Dataset items
* * *
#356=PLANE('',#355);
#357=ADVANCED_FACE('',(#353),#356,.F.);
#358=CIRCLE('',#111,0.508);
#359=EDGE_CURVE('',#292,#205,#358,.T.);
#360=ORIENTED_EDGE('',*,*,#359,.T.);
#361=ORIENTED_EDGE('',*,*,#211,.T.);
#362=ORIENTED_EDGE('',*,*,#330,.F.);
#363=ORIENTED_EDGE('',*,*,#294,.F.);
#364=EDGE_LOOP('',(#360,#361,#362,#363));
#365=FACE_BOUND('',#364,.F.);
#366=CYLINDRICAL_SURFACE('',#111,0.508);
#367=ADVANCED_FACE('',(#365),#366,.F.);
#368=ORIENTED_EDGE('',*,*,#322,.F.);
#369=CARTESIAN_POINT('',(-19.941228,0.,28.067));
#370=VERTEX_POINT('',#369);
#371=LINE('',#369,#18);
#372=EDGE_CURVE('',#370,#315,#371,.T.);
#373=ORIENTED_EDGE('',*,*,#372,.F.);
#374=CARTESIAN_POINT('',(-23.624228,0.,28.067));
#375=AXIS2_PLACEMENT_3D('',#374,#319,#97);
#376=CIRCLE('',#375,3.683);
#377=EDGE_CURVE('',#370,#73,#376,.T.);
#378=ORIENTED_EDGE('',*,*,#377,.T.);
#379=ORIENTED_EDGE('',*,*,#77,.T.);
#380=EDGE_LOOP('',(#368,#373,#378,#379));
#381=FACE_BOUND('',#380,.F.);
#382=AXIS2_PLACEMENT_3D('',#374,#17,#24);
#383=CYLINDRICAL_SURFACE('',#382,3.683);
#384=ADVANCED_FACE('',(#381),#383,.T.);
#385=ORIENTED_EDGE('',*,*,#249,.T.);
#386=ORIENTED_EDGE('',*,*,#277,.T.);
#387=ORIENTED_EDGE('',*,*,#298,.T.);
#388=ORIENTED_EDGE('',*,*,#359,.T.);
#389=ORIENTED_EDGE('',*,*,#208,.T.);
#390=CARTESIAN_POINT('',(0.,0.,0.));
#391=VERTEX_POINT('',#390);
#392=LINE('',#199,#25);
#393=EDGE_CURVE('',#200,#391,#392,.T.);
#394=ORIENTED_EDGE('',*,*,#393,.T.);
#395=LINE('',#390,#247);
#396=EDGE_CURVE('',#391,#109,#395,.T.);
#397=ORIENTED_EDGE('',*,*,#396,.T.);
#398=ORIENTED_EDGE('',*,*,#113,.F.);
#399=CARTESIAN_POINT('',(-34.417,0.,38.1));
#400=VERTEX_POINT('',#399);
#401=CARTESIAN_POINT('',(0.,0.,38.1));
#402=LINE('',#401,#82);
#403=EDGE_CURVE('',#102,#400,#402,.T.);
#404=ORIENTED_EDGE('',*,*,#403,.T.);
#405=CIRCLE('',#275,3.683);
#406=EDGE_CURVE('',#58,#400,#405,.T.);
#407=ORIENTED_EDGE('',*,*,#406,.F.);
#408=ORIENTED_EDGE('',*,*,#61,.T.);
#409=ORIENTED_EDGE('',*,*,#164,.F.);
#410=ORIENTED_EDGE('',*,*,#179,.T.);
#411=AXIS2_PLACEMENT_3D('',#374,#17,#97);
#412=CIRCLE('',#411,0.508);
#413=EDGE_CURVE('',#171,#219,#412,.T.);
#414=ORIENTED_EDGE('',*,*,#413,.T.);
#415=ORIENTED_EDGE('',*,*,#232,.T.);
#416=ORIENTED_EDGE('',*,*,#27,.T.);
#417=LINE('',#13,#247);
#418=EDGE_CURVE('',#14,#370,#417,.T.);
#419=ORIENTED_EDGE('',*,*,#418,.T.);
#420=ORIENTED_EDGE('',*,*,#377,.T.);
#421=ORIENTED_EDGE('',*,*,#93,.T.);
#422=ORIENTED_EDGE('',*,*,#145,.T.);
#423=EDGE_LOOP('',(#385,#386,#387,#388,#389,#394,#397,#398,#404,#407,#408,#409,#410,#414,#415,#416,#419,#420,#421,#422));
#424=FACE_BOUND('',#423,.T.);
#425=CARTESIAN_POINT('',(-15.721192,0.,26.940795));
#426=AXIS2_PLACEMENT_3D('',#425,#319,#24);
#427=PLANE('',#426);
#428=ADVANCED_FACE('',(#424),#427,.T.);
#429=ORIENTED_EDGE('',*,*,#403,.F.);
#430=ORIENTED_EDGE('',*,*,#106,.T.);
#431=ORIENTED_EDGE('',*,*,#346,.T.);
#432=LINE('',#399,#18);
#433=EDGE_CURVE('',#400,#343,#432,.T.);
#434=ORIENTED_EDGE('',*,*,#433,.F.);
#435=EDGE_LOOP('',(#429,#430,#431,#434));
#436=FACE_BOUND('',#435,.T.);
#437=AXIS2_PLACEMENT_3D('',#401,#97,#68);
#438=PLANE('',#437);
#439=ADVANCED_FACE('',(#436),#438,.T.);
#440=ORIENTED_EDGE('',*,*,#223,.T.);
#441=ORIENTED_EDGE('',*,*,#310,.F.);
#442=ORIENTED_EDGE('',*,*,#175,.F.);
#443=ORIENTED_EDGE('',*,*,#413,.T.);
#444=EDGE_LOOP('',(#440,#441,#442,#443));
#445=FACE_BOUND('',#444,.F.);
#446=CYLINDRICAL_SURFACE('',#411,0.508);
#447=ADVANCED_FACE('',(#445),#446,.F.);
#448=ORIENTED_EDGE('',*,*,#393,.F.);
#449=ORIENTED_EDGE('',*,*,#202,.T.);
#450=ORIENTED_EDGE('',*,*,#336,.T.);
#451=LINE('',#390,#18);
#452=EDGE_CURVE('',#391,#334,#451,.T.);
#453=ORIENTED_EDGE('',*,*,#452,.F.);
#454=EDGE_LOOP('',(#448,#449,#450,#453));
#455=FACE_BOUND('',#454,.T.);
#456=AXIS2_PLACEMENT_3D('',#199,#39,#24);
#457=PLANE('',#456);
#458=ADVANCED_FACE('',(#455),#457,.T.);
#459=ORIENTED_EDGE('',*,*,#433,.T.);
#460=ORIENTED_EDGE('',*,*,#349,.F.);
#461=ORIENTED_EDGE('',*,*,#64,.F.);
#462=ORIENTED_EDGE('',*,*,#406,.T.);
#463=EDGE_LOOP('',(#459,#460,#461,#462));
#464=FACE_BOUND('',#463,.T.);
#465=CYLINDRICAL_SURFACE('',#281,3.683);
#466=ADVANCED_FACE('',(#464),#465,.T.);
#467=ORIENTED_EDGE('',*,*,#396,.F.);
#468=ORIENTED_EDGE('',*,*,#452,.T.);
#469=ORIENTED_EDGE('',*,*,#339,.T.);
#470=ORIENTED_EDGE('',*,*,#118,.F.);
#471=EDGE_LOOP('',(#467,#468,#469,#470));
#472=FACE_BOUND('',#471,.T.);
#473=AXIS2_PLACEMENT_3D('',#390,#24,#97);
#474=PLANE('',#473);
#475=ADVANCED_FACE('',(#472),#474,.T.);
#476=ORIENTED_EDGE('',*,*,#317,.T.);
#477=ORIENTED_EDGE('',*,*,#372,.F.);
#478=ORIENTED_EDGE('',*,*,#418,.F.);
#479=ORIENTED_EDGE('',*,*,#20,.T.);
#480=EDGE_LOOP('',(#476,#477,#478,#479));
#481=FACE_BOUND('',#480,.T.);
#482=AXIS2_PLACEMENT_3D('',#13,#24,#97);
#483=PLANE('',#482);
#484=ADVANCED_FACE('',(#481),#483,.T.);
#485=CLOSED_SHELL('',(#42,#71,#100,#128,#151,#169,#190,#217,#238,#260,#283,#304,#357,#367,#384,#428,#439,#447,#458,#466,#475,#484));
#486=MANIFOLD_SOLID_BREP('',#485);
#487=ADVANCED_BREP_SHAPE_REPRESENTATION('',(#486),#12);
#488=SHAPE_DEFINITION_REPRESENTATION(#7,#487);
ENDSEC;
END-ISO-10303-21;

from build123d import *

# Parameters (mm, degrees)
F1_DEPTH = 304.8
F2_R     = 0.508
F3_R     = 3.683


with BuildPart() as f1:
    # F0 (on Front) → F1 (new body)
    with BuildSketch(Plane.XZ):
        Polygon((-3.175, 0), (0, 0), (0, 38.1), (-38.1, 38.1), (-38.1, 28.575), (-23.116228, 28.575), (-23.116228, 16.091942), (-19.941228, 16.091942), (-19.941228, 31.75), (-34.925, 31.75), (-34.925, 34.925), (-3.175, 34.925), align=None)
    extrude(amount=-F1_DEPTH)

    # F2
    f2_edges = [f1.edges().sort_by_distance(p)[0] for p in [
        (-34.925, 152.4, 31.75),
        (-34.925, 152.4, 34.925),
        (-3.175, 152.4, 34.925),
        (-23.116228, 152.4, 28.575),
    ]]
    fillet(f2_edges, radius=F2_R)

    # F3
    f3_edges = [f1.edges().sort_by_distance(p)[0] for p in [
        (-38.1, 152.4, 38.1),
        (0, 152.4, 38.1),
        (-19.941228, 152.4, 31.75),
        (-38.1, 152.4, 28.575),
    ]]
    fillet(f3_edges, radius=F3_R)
* * *
* **PROBLEM**
Transcribe, exactly and without additions, the lines of the records above, beginning with the line that contains "#395=LINE('',#390,#247);" and ending with the line that contains "#402=LINE('',#401,#82);", both included.

* **YOUR RESPONSE**
#395=LINE('',#390,#247);
#396=EDGE_CURVE('',#391,#109,#395,.T.);
#397=ORIENTED_EDGE('',*,*,#396,.T.);
#398=ORIENTED_EDGE('',*,*,#113,.F.);
#399=CARTESIAN_POINT('',(-34.417,0.,38.1));
#400=VERTEX_POINT('',#399);
#401=CARTESIAN_POINT('',(0.,0.,38.1));
#402=LINE('',#401,#82);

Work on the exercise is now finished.